# What tree thing is this?



## chippin-in (Feb 28, 2017)

I have two of these in my backyard. I cut one down a gew years back and every time it grows back it a trunk or two and now has 5. It about 5 inched ok in diameter.

Easy way to kill it? Or is it good for anything? 

Thanks
Robert


----------



## Tony (Feb 28, 2017)

Spin a section and see what it looks like!

Reactions: Like 1


----------



## rocky1 (Feb 28, 2017)

Been taking T-Clem typing lessons haven't you Barry? 

Damn cell phones!!

Reactions: Sincere 1


----------



## Steve Walker (Feb 28, 2017)

Almost looks like mulberry to me.
Here, if there is life in the stump, it doesn't matter how close to the ground you cut them, they still come back.


----------



## rocky1 (Feb 28, 2017)

Chinese Tallow maybe? aka Popcorn Tree

Google Pictures


----------



## norman vandyke (Feb 28, 2017)

Drill holes in the top of the stump and fill the holes with rock salt or a paste of herbicide.

Reactions: Thank You! 1 | Agree 2


----------



## DKMD (Feb 28, 2017)

The pic doesn't ring a bell for me, but it sounds like a persistent little thing.

They sell some 'stump killer' at the big box stores, but I don't know what's in it. Drill holes and pore in some granules... it's worked for me.

Reactions: Thank You! 1


----------



## chippin-in (Feb 28, 2017)

It a more a vertical shape than round and bushy. Im sure it will grow back and i can take pics again


----------



## barry richardson (Feb 28, 2017)

Got any leaf pics Robert?


----------



## Mr. Peet (Feb 28, 2017)

I was thinking 'C. Tallow' or 'Paulownia'...


----------



## chippin-in (Feb 28, 2017)

barry richardson said:


> Got any leaf pics Robert?



Nope. Limbs are bare. Took pics but keep getting an error when i try to post it and heavy trash done picked them up.


----------



## Mike1950 (Feb 28, 2017)

looks like a really really dead one ta me

Reactions: Funny 2


----------



## Mr. Peet (Feb 28, 2017)

chippin-in said:


> I have two of these in my backyard. I cut one down a gew years back and every time it grows back it a trunk or two and now has 5. It about 5 inched ok in diameter.
> 
> Easy way to kill it? Or is it good for anything?
> 
> ...



Just take pictures of the second one in the yard when it leafs out....


----------



## ripjack13 (Feb 28, 2017)

The crosscut pic and the last pic reminds me of sumac...

Reactions: Thank You! 1


----------



## phinds (Mar 1, 2017)

I agree w/ Mark that it looks like paulownia based on the very rapid growth.

Reactions: Thank You! 1


----------



## Albert Kiebert (Mar 1, 2017)

The salt trick works, I used it on a troublesome tree just like yours last summer and nothing growing back !! Drill 3-4 holes several inches deep, fill with rock salt and seal with melted candle wax so that rain doesn't wash it away and it has a chance to be absorbed. Good luck!

Reactions: Thank You! 1


----------



## chippin-in (Mar 3, 2017)

Mr. Peet said:


> Just take pictures of the second one in the yard when it leafs out....



I already cut it down. 
I will turn a couple pieces of it and if it looks good i might let it live to grow back.

Reactions: Funny 1


----------



## Lou Currier (Mar 4, 2017)



Reactions: Like 1


----------



## Clay3063 (Mar 4, 2017)

DKMD said:


> The pic doesn't ring a bell for me, but it sounds like a persistent little thing.
> 
> They sell some 'stump killer' at the big box stores, but I don't know what's in it. Drill holes and pore in some granules... it's worked for me.

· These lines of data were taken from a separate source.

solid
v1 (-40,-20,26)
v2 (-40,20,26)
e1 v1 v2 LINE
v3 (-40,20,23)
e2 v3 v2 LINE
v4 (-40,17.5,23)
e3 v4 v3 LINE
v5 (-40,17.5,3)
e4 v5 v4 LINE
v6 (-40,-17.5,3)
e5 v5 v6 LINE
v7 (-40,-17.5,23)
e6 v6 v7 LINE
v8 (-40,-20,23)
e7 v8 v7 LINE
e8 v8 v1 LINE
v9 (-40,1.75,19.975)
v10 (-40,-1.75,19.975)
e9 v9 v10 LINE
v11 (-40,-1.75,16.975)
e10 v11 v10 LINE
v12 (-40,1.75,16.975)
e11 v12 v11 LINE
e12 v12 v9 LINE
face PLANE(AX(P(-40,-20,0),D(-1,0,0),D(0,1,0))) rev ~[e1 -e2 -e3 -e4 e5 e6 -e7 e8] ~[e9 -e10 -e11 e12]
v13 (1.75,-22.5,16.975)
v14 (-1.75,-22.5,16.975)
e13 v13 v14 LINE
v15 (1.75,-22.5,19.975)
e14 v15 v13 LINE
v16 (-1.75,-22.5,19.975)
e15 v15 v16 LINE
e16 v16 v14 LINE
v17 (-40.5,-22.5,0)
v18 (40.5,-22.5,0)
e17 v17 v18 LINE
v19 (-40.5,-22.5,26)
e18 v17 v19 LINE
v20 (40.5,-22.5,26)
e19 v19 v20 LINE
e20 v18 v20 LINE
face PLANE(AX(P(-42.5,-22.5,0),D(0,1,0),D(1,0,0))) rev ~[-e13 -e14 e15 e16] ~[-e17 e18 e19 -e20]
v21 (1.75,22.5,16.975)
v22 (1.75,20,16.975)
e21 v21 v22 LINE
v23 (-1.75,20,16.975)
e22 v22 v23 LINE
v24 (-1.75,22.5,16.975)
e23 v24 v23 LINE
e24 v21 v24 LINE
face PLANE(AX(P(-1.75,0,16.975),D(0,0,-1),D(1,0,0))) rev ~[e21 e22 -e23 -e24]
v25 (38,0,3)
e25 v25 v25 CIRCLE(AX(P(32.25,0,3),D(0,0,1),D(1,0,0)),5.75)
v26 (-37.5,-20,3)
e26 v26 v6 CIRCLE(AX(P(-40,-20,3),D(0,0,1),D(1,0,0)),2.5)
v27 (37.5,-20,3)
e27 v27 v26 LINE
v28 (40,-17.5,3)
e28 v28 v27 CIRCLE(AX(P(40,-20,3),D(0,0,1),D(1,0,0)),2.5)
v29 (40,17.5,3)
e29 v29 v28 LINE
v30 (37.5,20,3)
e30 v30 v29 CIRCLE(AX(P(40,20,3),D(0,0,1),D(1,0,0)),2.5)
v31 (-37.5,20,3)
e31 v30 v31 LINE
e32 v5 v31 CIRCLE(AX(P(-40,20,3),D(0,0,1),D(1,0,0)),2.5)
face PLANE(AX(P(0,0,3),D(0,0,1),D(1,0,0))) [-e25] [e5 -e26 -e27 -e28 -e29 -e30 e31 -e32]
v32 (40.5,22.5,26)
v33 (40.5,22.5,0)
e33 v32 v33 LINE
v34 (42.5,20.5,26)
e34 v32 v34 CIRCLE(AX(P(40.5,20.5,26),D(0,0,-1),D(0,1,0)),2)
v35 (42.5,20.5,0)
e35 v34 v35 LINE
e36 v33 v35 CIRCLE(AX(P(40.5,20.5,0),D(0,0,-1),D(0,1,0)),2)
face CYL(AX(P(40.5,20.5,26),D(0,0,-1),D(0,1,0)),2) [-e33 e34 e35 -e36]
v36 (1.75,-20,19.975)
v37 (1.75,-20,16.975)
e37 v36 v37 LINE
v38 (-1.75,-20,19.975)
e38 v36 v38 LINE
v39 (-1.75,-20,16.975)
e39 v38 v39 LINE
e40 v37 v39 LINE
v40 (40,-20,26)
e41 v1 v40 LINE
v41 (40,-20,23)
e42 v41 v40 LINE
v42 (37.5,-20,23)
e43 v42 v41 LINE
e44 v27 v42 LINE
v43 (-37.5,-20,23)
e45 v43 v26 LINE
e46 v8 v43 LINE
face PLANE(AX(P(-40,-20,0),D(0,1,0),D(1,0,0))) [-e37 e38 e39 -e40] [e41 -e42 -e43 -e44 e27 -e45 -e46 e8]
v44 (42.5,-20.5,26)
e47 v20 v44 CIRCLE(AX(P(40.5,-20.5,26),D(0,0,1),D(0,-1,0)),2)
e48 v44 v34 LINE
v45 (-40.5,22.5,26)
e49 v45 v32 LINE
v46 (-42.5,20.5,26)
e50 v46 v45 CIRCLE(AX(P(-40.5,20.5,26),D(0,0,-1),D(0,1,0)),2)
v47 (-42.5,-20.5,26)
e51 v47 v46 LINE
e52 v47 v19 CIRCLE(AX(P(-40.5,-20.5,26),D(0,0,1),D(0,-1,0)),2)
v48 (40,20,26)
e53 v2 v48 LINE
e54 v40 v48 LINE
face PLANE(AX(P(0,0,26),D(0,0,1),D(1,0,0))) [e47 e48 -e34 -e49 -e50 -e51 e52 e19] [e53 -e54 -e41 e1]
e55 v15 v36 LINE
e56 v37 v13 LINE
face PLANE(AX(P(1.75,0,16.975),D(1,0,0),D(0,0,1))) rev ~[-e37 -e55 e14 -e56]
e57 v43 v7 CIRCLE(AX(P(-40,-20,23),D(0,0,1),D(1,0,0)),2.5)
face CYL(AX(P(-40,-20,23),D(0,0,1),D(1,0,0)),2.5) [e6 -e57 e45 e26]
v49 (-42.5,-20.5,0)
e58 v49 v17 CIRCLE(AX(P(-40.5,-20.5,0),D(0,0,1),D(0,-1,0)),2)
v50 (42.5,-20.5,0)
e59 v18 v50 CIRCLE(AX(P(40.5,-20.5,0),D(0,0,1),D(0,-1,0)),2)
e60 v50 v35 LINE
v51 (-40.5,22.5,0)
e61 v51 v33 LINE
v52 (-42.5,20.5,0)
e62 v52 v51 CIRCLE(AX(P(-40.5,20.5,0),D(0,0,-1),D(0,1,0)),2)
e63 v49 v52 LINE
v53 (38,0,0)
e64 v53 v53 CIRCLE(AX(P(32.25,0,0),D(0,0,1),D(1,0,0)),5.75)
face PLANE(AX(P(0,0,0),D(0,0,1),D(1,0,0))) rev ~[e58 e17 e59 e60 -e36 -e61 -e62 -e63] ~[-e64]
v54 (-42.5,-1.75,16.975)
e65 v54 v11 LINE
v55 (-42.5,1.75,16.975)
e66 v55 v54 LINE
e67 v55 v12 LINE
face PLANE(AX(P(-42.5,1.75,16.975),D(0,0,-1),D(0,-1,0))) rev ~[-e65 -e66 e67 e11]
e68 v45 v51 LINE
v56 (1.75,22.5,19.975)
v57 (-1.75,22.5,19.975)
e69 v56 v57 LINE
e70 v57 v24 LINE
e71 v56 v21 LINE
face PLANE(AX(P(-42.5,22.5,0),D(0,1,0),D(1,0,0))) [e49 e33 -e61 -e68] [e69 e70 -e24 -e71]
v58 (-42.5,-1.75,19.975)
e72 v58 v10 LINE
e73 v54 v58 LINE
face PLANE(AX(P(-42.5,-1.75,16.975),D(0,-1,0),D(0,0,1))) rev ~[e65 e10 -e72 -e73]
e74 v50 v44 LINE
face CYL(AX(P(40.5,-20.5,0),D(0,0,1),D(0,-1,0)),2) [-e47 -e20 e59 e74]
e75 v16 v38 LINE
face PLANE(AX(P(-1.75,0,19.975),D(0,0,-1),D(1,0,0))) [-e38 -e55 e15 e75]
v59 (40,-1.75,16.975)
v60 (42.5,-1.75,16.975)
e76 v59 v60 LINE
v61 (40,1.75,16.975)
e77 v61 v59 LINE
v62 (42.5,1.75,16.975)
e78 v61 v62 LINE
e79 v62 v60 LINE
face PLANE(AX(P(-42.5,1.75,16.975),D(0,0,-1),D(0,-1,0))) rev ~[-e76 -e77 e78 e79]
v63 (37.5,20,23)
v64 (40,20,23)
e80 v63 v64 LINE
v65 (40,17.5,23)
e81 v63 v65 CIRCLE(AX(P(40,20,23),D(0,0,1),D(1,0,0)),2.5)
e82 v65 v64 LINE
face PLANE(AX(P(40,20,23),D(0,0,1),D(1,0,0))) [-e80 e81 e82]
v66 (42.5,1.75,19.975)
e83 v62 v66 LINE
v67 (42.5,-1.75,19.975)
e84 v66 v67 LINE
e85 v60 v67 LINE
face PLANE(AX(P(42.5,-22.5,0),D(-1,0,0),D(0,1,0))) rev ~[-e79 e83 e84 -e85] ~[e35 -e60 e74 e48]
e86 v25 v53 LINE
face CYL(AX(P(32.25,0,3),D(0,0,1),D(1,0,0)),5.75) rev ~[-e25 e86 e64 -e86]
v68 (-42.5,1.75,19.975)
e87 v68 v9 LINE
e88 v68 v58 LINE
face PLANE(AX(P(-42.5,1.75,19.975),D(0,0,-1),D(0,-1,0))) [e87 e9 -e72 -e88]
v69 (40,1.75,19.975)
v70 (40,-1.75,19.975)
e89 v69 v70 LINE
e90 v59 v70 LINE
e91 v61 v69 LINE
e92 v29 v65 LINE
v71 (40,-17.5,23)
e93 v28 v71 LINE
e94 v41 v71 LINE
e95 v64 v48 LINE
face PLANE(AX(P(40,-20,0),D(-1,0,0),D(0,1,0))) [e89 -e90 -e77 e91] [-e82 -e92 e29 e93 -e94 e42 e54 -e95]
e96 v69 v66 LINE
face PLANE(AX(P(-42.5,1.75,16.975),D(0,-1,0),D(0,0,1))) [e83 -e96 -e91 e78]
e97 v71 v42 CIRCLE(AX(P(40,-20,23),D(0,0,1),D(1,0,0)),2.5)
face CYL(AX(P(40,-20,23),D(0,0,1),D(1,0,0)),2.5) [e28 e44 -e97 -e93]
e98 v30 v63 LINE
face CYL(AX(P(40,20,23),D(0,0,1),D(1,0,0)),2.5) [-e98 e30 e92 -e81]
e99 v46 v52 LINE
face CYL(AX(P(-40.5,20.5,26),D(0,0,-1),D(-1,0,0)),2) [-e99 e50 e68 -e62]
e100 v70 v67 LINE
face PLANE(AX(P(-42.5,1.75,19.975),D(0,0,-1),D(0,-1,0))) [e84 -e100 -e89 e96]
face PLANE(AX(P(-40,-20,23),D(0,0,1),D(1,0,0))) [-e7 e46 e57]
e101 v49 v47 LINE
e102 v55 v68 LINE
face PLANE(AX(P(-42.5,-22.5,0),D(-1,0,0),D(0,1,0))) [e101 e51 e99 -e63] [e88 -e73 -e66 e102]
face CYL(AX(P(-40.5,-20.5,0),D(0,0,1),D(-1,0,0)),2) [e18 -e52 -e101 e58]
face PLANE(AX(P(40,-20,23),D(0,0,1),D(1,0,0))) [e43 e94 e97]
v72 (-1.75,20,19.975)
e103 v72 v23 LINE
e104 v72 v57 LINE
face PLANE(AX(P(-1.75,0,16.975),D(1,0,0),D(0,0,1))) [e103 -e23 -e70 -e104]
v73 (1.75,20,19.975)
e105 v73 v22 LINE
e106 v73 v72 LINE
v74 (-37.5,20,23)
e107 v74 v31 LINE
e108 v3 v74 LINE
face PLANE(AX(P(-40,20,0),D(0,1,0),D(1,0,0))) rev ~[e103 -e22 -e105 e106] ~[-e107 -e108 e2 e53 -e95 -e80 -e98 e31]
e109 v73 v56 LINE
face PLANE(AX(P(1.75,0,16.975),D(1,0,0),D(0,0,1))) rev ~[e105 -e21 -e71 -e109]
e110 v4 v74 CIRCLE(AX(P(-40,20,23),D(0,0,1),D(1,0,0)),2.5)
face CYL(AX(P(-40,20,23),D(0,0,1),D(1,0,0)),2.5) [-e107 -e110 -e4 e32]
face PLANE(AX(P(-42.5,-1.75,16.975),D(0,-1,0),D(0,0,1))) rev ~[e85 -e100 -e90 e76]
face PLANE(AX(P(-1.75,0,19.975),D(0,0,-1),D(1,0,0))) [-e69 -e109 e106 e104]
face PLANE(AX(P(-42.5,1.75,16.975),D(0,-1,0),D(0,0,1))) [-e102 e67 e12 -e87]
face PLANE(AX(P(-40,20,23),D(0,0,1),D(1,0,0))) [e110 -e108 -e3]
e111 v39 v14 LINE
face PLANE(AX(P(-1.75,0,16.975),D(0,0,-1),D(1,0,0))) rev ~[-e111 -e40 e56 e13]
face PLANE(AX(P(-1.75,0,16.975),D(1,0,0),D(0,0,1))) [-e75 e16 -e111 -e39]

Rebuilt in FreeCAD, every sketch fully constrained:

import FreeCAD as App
import Part
import Sketcher
from FreeCAD import Vector
Q = App.Units.Quantity


def edges_at(feature, points):
    """Names of the edges that pass closest to the given points."""
    edges = feature.Shape.Edges
    near = lambda p: min(range(len(edges)), key=lambda i: edges[i].distToShape(Part.Vertex(*p))[0])
    return sorted({f"Edge{near(p) + 1}" for p in points})

doc = App.newDocument("Part")
body = doc.addObject("PartDesign::Body", "Body")

# Sketch on XY plane
sketch1 = doc.addObject("Sketcher::SketchObject", "Sketch")
body.addObject(sketch1)
sketch1.AttachmentSupport = (doc.XY_Plane, [""])
sketch1.MapMode = "FlatFace"
sketch1.addGeometry([
    Part.LineSegment(Vector(-42, 22, 0), Vector(-42, -22, 0)),
    Part.LineSegment(Vector(-42, -22, 0), Vector(42, -22, 0)),
    Part.LineSegment(Vector(42, -22, 0), Vector(42, 22, 0)),
    Part.LineSegment(Vector(42, 22, 0), Vector(-42, 22, 0)),
], False)
sketch1.addConstraint([
    Sketcher.Constraint("Coincident", 0, 2, 1, 1),
    Sketcher.Constraint("Coincident", 1, 2, 2, 1),
    Sketcher.Constraint("Coincident", 2, 2, 3, 1),
    Sketcher.Constraint("Coincident", 3, 2, 0, 1),
    Sketcher.Constraint("Vertical", 0),
    Sketcher.Constraint("Horizontal", 1),
    Sketcher.Constraint("Vertical", 2),
    Sketcher.Constraint("Horizontal", 3),
    Sketcher.Constraint("Symmetric", 0, 2, 2, 2, -1, 1),
    Sketcher.Constraint("DistanceX", 1, 1, 1, 2, Q("85 mm")),
    Sketcher.Constraint("DistanceY", 0, 2, 0, 1, Q("45 mm")),
])
pad1 = doc.addObject("PartDesign::Pad", "Pad")
body.addObject(pad1)
pad1.Profile = sketch1
pad1.Length = 3

# Sketch on XY plane
sketch2 = doc.addObject("Sketcher::SketchObject", "Sketch001")
body.addObject(sketch2)
sketch2.AttachmentSupport = (doc.XY_Plane, [""])
sketch2.MapMode = "FlatFace"
sketch2.addGeometry([
    Part.LineSegment(Vector(-42, 22, 0), Vector(-42, -22, 0)),  # 0
    Part.LineSegment(Vector(-42, -22, 0), Vector(42, -22, 0)),  # 1
    Part.LineSegment(Vector(42, -22, 0), Vector(42, 22, 0)),  # 2
    Part.LineSegment(Vector(42, 22, 0), Vector(-42, 22, 0)),  # 3
    Part.LineSegment(Vector(40, -20, 0), Vector(-40, -20, 0)),  # 4
    Part.LineSegment(Vector(-40, -20, 0), Vector(-40, 20, 0)),  # 5
    Part.LineSegment(Vector(-40, 20, 0), Vector(40, 20, 0)),  # 6
    Part.LineSegment(Vector(40, 20, 0), Vector(40, -20, 0)),  # 7
], False)
sketch2.addConstraint([
    Sketcher.Constraint("Coincident", 0, 2, 1, 1),
    Sketcher.Constraint("Coincident", 1, 2, 2, 1),
    Sketcher.Constraint("Coincident", 2, 2, 3, 1),
    Sketcher.Constraint("Coincident", 3, 2, 0, 1),
    Sketcher.Constraint("Coincident", 4, 2, 5, 1),
    Sketcher.Constraint("Coincident", 5, 2, 6, 1),
    Sketcher.Constraint("Coincident", 6, 2, 7, 1),
    Sketcher.Constraint("Coincident", 7, 2, 4, 1),
    Sketcher.Constraint("Vertical", 0),
    Sketcher.Constraint("Horizontal", 1),
    Sketcher.Constraint("Vertical", 2),
    Sketcher.Constraint("Horizontal", 3),
    Sketcher.Constraint("Horizontal", 4),
    Sketcher.Constraint("Vertical", 5),
    Sketcher.Constraint("Horizontal", 6),
    Sketcher.Constraint("Vertical", 7),
    Sketcher.Constraint("Symmetric", 0, 2, 2, 2, -1, 1),
    Sketcher.Constraint("Symmetric", 4, 2, 6, 2, -1, 1),
    Sketcher.Constraint("DistanceX", 1, 1, 1, 2, Q("85 mm")),
    Sketcher.Constraint("DistanceX", 4, 2, 4, 1, Q("80 mm")),
    Sketcher.Constraint("DistanceY", 0, 2, 0, 1, Q("45 mm")),
    Sketcher.Constraint("DistanceY", 5, 1, 5, 2, Q("40 mm")),
])
pad2 = doc.addObject("PartDesign::Pad", "Pad001")
body.addObject(pad2)
pad2.Profile = sketch2
pad2.Length = 26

Potassium Nitrate. AKA, Saltpeter. Mix it with a little sulpher and charcoal made from willow (willow is the best) in a ball mill and you can put that stump in orbit. That's what I do. Works a lot faster than just plain ole saltpeter.

Reactions: Funny 1


----------



## rocky1 (Mar 4, 2017)

Neighbors might get a tad grumpy when you park that stump in their attic, but...

Reactions: Like 1 | Funny 3


----------



## chippin-in (Mar 4, 2017)

Clay3063 said:


> Potassium Nitrate. AKA, Saltpeter. Mix it with a little sulpher and charcoal made from willow (willow is the best) in a ball mill and you can put that stump in orbit. That's what I do. Works a lot faster than just plain ole saltpeter.



Not sure i wanna go to prison or gitmo, but thanks


----------



## Clay3063 (Mar 4, 2017)

chippin-in said:


> Not sure i wanna go to prison or gitmo, but thanks



You're in Texas Dude. It's legal.

Reactions: Like 2


----------



## Clay3063 (Mar 4, 2017)

rocky1 said:


> Neighbors might get a tad grumpy when you park that stump in their attic, but...



Yeh. There's always that whole neighbor thing. Maybe that's why I've been banned to the sticks.

Reactions: Funny 1


----------



## rocky1 (Mar 4, 2017)

Used to be an old guy down in Washburn, ND did that. Demolitions expert in WWII or Korea one. Used to blow rocks up for one of my contractors. Went down to a job he was on one day, he's hit a rock at about 6 inches deep and it was still almost 3 ft in diameter on the bottom of the trench where he cut it off. But there wasn't a piece of rock anywhere to be seen bigger than a golf ball! Contractor said they were standing in the pole barn couple hundred yards away when he touched it off. Said rocks fell for several minutes afterward!!! Every time they'd get ready to walk back out another would hit the roof.

One guys house closest to the blast was fine, the brother's house about 350 - 400 yards north of the blast, it blew every picture on every north wall in the entire house, off the wall!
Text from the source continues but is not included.